Recently, the research group led by Professor Fang Lu from the Department of Electronic Engineering at Tsinghua University, and the research group led by Professor Dai Qionghai from the Department of Automation, innovatively designed a fully forward intelligent optical computing training architecture and developed a general optical training chip named "Taiji-II".
This architecture has broken away from the dependency on offline training with electronic computing, and can provide support for efficient optical training of intelligent systems.
The research team established a photon propagation symmetry model, did not adopt the traditional electronic training backpropagation paradigm, turning the "back" to "forward".
This new paradigm has freed itself from the strict alignment of forward-backward optical field propagation, based on a universal optical computing in-situ training system, breaking through the constraints of electronic training architecture on physical optical computing.

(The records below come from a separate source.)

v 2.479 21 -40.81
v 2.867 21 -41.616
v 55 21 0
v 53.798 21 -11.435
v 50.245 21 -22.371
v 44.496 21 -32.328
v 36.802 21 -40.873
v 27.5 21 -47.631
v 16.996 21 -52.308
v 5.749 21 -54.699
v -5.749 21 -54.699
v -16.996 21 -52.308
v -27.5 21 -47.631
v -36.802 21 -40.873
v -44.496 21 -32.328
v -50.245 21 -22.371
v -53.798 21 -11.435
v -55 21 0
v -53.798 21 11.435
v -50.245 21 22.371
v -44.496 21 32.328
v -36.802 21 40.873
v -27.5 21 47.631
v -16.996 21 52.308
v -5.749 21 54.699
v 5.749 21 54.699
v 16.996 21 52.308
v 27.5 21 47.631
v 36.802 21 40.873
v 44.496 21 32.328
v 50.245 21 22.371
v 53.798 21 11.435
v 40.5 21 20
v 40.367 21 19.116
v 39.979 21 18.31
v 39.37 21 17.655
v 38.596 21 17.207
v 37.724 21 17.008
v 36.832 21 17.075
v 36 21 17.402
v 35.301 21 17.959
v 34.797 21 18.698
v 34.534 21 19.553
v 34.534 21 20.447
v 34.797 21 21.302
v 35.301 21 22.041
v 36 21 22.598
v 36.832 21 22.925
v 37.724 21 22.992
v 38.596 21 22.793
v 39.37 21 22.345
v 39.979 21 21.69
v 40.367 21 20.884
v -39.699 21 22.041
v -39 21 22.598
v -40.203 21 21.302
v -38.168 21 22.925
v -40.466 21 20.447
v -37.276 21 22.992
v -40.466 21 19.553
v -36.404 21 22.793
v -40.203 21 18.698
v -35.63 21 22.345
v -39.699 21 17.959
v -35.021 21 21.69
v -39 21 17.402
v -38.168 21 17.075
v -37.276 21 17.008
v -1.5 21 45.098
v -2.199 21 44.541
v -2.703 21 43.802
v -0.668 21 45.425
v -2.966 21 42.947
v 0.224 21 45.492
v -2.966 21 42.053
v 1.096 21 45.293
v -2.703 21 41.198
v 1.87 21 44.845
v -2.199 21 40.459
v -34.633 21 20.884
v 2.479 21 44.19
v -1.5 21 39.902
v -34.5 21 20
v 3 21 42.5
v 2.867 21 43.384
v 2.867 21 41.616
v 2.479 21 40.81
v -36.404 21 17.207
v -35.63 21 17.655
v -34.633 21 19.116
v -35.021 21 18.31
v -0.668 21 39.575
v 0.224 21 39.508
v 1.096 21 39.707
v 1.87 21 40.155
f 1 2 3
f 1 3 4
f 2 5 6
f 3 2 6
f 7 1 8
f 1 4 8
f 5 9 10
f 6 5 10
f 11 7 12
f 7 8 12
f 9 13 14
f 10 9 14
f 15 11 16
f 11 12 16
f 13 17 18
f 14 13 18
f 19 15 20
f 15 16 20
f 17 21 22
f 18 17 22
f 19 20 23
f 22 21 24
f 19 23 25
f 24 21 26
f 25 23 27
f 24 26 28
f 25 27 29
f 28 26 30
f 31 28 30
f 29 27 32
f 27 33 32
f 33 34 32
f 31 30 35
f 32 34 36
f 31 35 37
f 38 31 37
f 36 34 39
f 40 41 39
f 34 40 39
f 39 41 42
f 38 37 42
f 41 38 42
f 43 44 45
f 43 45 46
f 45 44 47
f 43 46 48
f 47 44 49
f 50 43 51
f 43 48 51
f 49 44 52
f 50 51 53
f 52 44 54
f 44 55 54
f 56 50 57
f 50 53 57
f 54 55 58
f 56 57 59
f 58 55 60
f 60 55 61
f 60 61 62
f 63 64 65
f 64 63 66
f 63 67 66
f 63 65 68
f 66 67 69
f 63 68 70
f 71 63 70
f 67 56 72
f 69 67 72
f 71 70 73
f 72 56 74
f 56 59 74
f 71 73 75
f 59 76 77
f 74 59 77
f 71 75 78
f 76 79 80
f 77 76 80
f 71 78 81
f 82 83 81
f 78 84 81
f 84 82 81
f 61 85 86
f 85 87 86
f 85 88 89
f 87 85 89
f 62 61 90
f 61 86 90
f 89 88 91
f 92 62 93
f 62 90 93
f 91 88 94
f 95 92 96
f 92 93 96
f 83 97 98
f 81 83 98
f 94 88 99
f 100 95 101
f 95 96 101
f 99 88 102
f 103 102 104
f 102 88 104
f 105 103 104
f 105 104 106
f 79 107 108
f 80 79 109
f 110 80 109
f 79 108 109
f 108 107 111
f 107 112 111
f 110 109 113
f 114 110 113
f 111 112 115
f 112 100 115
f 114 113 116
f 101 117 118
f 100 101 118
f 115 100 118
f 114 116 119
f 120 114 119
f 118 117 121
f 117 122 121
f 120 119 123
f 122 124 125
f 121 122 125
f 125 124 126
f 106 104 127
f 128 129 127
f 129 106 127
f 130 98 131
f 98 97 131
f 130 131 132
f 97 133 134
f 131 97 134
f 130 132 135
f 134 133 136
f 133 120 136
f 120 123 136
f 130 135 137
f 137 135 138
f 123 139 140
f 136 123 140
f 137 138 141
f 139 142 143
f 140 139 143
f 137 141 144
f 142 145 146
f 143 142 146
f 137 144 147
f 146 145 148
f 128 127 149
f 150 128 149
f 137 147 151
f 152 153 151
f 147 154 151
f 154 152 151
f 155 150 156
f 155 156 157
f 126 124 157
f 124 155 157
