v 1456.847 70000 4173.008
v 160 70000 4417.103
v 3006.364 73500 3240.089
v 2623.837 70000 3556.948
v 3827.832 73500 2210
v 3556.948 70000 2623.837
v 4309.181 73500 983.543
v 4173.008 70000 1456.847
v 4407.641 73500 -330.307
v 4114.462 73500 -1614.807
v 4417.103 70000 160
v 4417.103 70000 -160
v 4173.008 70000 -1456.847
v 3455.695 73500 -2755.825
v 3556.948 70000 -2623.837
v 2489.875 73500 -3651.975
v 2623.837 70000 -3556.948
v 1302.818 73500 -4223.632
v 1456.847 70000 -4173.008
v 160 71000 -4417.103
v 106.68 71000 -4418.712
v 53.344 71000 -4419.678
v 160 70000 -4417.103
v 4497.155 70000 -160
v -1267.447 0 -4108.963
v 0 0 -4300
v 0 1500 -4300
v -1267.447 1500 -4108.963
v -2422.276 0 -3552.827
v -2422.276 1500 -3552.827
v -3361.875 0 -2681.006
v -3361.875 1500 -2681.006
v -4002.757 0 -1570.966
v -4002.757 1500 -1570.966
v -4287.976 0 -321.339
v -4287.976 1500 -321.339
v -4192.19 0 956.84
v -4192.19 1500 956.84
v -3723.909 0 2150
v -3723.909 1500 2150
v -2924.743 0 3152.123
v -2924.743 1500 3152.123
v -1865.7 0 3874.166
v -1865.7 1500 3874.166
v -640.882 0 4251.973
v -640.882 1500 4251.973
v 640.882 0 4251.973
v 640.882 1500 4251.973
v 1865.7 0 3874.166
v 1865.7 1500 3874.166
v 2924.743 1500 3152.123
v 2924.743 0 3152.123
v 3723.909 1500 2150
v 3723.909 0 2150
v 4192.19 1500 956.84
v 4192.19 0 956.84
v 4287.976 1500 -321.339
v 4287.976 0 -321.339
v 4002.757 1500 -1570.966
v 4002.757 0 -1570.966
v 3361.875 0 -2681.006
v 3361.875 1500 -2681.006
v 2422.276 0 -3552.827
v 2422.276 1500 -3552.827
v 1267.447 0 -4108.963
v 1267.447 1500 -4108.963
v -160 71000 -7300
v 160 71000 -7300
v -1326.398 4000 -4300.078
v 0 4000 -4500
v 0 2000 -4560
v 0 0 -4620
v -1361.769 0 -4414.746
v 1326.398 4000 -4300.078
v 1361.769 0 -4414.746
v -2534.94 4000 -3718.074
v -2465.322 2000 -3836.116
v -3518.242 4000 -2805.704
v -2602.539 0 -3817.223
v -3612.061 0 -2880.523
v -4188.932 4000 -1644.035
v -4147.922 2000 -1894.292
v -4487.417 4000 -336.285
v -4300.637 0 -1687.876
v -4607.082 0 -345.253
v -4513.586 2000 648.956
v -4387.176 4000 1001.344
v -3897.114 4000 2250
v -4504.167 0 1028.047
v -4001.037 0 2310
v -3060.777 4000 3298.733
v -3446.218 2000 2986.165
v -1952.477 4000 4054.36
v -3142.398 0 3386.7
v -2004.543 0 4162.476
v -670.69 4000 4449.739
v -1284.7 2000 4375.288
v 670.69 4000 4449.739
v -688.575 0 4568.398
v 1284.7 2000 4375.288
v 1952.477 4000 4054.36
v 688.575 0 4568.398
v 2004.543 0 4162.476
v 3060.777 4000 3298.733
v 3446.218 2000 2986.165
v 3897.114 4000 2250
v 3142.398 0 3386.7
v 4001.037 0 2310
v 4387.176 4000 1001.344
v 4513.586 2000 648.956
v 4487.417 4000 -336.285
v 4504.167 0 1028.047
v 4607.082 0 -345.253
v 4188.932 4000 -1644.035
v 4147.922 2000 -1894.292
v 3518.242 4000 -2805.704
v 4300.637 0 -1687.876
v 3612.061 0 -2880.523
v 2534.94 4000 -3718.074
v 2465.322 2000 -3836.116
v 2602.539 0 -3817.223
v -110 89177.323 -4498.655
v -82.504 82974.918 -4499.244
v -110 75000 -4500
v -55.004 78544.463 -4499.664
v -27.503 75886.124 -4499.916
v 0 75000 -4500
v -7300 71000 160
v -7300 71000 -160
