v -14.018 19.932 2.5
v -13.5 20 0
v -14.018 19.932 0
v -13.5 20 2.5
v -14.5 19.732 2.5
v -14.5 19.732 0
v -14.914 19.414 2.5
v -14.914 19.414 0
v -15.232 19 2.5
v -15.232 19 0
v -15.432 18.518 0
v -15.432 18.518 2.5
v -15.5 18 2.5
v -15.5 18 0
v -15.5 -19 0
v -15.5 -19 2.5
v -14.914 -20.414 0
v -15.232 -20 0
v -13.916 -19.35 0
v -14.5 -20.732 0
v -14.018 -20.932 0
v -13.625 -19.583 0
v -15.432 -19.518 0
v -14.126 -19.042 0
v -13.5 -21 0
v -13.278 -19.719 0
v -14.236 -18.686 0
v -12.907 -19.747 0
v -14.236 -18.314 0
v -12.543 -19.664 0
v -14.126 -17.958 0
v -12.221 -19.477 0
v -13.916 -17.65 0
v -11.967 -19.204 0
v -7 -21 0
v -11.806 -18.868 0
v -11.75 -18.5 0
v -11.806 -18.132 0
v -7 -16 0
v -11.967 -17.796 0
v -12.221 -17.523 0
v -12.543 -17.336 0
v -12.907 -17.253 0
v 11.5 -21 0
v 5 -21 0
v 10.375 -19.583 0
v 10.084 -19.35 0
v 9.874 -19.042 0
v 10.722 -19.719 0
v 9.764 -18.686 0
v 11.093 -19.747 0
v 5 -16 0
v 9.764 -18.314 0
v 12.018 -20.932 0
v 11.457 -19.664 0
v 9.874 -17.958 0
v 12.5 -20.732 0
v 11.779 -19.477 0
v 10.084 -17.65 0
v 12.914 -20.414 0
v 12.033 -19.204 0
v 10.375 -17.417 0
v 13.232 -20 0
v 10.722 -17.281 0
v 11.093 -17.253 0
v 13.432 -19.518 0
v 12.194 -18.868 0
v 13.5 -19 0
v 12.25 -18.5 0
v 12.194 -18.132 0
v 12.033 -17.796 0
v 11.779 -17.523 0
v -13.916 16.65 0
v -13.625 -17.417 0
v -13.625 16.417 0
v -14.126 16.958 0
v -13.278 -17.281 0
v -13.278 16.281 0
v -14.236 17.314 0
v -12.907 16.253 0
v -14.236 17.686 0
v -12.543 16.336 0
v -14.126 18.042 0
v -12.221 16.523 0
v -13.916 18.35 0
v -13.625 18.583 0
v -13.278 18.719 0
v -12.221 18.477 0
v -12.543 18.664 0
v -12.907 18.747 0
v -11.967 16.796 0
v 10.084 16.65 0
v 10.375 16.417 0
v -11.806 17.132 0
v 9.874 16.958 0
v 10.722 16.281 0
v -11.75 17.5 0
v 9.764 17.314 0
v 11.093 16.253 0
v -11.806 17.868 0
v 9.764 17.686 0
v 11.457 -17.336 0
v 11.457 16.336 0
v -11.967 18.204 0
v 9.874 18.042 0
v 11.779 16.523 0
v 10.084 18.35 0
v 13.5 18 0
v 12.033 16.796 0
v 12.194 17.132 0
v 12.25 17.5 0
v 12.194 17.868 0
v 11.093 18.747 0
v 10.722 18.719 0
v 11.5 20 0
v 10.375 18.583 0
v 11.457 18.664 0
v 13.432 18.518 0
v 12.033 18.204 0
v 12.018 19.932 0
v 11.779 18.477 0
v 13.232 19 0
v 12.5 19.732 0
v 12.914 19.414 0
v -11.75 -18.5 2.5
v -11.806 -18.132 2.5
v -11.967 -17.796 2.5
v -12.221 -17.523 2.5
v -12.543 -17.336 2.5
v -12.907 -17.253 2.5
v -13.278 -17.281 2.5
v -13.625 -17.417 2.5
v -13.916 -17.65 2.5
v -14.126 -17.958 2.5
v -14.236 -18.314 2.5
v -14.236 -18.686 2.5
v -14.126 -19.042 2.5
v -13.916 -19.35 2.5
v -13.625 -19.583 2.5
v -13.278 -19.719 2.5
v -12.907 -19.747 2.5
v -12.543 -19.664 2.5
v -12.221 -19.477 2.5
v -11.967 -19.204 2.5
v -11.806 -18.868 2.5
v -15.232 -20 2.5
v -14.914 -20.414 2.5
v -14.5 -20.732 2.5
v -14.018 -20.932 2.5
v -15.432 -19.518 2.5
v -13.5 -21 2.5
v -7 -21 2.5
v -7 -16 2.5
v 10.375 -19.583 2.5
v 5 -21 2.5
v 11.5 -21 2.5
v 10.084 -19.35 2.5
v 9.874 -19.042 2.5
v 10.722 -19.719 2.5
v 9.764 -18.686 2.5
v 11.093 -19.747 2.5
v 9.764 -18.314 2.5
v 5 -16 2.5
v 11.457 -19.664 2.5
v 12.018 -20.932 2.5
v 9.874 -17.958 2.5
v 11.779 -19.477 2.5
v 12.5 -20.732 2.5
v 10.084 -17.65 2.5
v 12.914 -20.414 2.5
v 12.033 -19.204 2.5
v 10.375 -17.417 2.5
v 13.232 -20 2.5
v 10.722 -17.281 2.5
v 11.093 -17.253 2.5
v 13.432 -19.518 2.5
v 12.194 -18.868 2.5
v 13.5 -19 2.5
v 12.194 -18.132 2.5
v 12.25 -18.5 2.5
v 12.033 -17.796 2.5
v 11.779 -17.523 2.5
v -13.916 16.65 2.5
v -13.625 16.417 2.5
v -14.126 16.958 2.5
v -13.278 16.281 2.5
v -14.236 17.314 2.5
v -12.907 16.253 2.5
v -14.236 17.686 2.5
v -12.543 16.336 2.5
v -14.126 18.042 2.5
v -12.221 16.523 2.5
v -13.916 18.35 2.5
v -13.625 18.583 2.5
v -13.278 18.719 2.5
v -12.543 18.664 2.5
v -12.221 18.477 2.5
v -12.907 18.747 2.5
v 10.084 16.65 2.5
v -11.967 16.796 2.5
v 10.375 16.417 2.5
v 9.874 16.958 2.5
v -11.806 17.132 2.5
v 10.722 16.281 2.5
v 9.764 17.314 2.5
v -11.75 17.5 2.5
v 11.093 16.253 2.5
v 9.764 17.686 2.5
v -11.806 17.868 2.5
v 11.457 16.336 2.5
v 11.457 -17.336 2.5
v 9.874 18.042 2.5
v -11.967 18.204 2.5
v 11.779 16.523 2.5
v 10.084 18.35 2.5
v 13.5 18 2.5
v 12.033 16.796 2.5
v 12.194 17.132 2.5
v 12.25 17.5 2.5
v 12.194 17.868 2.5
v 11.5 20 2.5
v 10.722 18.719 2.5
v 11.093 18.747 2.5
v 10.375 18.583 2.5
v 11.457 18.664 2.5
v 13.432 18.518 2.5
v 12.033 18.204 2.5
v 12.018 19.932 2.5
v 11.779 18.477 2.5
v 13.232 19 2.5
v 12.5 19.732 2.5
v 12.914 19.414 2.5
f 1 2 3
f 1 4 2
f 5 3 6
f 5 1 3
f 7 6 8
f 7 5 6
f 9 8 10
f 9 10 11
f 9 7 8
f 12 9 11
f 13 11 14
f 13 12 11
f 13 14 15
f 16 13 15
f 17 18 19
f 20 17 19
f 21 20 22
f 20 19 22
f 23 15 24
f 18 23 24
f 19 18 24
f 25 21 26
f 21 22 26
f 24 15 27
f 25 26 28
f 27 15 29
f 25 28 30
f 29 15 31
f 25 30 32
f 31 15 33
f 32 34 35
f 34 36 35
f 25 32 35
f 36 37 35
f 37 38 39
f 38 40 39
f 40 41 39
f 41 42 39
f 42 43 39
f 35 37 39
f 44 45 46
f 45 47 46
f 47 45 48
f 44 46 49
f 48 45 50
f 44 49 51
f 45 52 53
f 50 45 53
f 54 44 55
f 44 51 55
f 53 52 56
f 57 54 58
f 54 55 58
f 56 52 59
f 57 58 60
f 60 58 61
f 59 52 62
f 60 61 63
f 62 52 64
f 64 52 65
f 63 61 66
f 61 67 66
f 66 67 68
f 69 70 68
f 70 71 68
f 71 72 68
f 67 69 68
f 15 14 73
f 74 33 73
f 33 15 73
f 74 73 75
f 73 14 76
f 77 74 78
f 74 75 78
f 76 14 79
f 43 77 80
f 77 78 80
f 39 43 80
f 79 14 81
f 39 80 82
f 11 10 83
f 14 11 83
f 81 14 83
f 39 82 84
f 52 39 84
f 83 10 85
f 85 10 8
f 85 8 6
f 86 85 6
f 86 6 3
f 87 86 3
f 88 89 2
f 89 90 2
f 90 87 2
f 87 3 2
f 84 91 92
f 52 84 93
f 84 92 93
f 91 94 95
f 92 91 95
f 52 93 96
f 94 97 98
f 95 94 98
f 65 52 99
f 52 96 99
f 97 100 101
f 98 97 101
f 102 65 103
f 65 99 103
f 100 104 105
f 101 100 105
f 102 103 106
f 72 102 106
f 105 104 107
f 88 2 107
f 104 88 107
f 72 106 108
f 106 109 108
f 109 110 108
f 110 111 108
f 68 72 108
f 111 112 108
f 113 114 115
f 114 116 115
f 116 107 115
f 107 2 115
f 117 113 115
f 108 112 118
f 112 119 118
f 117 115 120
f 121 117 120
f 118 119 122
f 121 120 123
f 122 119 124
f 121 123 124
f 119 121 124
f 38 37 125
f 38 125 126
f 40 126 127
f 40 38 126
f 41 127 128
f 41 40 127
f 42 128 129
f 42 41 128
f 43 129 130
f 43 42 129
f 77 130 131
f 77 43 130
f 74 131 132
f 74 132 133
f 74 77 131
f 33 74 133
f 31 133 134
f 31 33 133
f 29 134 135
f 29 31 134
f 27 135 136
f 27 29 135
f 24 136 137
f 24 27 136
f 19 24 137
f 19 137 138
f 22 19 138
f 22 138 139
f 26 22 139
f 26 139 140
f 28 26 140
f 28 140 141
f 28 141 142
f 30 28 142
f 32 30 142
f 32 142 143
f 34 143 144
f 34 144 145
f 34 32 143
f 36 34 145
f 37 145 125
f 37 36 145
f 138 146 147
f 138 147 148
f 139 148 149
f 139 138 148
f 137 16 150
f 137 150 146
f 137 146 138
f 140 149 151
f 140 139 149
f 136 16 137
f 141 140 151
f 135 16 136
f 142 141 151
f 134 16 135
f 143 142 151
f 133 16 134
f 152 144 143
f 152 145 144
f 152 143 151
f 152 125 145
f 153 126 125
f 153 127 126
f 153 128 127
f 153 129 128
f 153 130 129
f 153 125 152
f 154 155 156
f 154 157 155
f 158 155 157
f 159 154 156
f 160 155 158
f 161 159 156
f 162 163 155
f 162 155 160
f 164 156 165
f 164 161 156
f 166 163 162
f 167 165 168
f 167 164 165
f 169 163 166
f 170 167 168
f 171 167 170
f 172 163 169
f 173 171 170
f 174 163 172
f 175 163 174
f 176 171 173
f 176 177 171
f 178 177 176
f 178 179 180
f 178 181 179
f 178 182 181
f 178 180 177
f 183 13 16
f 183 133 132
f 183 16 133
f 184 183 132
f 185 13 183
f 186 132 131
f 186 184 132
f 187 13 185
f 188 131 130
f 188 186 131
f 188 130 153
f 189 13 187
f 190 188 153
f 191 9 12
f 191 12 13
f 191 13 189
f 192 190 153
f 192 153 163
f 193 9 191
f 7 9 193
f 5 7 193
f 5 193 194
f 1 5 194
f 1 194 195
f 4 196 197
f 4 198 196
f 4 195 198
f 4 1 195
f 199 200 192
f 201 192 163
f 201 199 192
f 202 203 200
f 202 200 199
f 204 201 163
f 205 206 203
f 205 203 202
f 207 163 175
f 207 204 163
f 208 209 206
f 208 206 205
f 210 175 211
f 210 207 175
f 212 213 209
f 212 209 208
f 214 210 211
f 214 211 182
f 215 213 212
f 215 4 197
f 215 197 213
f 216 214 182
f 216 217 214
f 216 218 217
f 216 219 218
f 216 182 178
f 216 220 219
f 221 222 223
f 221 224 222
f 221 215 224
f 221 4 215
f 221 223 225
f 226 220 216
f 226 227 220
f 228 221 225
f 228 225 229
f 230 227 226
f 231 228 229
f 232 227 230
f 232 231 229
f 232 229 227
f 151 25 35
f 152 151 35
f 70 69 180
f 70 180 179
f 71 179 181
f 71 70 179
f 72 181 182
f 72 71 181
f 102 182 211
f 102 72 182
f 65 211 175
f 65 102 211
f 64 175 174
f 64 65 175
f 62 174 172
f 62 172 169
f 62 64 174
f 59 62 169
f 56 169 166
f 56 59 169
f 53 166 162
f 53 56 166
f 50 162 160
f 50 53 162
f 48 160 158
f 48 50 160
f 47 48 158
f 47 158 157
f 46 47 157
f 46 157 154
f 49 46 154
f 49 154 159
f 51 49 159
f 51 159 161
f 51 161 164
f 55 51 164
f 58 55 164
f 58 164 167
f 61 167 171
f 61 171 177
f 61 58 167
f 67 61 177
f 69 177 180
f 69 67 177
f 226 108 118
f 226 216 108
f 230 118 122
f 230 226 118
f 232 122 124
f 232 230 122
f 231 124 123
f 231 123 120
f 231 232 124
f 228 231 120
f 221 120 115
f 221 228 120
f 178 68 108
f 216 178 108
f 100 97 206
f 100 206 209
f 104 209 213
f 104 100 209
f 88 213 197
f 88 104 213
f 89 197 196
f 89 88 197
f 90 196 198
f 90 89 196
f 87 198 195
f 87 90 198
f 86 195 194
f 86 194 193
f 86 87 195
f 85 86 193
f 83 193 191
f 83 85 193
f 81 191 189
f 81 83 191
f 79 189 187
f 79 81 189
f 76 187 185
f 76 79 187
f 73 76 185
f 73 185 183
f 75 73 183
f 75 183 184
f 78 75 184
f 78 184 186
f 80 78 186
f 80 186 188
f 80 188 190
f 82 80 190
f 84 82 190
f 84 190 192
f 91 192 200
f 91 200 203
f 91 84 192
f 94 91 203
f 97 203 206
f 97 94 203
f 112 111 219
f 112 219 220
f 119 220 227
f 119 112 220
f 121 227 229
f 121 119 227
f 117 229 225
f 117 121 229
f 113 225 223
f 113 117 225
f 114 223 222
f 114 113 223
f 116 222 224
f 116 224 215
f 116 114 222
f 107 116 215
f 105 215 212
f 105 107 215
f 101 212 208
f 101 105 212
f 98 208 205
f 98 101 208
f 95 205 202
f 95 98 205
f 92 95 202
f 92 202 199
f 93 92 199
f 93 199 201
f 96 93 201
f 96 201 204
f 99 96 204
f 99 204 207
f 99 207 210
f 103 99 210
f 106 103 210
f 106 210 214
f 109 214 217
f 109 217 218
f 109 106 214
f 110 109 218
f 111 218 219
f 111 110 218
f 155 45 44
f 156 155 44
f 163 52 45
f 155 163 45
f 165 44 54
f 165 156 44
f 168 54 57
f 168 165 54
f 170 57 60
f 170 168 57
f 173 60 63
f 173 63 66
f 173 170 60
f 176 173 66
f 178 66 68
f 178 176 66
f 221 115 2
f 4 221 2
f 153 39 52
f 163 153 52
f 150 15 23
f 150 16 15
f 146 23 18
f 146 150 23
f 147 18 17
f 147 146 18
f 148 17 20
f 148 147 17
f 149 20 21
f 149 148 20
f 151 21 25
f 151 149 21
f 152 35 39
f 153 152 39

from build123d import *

# Parameters (mm, degrees)
F0_R     = 1.25
F1_DEPTH = 2.5
F2_R     = 2


with BuildPart() as f1:
    # F0 (on Top) → F1 (new body)
    with BuildSketch(Plane.XY):
        Polygon((8.5, 15), (8.5, -16), (5, -16), (5, -21), (13.5, -21), (13.5, 20), (-15.5, 20), (-15.5, -21), (-7, -21), (-7, -16), (-10.5, -16), (-10.5, 15), align=None)
        with Locations((-13, -18.5)):
            Circle(F0_R, mode=Mode.SUBTRACT)
        with Locations((11, -18.5)):
            Circle(F0_R, mode=Mode.SUBTRACT)
        with Locations((-13, 17.5)):
            Circle(F0_R, mode=Mode.SUBTRACT)
        with Locations((11, 17.5)):
            Circle(F0_R, mode=Mode.SUBTRACT)
        Polygon((5, -16), (8.5, -16), (8.5, 15), (-10.5, 15), (-10.5, -16), (-7, -16), align=None)
    extrude(amount=F1_DEPTH)

    # F2
    f2_edges = [f1.edges().sort_by_distance(p)[0] for p in [
        (-15.5, 20, 1.25),
        (13.5, 20, 1.25),
        (13.5, -21, 1.25),
        (-15.5, -21, 1.25),
    ]]
    fillet(f2_edges, radius=F2_R)


solid = f1.part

The research provides the field of optical computing with a precise and efficient training method for large-scale neural networks, provides new ideas for the design and development of intelligent optical computing systems, and opens up new boundaries for the computing power of light.The reviewer of the study commented: "The ideas proposed in this paper are very innovative, and the training process of such optical neural networks is unprecedented. The method proposed by the authors is not only effective but also easy to implement. Therefore, it is expected to become a widely adopted tool for training optical neural networks and other optical computing systems."
Advertisement
Recently, the related paper was published in Nature under the title "Fully forward mode training for optical neural networks" [1].
Tsinghua University doctoral student Xue Zhiwei and postdoctoral fellow Zhou Tiankuang are the co-first authors, Professor Fang Lu and Professor Dai Qionghai serve as co-corresponding authors. Tsinghua University doctoral student Xu Zhihao and Dr. Yu Shaoliang from Zhijiang Laboratory participated in this research.
Unleashing the "training power" of intelligent optical computing.In recent years, with the rapid development and widespread application of AI large models such as ChatGPT, Sora, and Llama, there has been an increasing demand for computational power.
Training a typical neural network requires hundreds of thousands to tens of millions of parameters, while the parameter volume of large models can reach several billion.
Electronic computing chips have always supported the continuous development of model scales, but an inescapable issue is that high computational power under electronic computing architecture also means high energy consumption.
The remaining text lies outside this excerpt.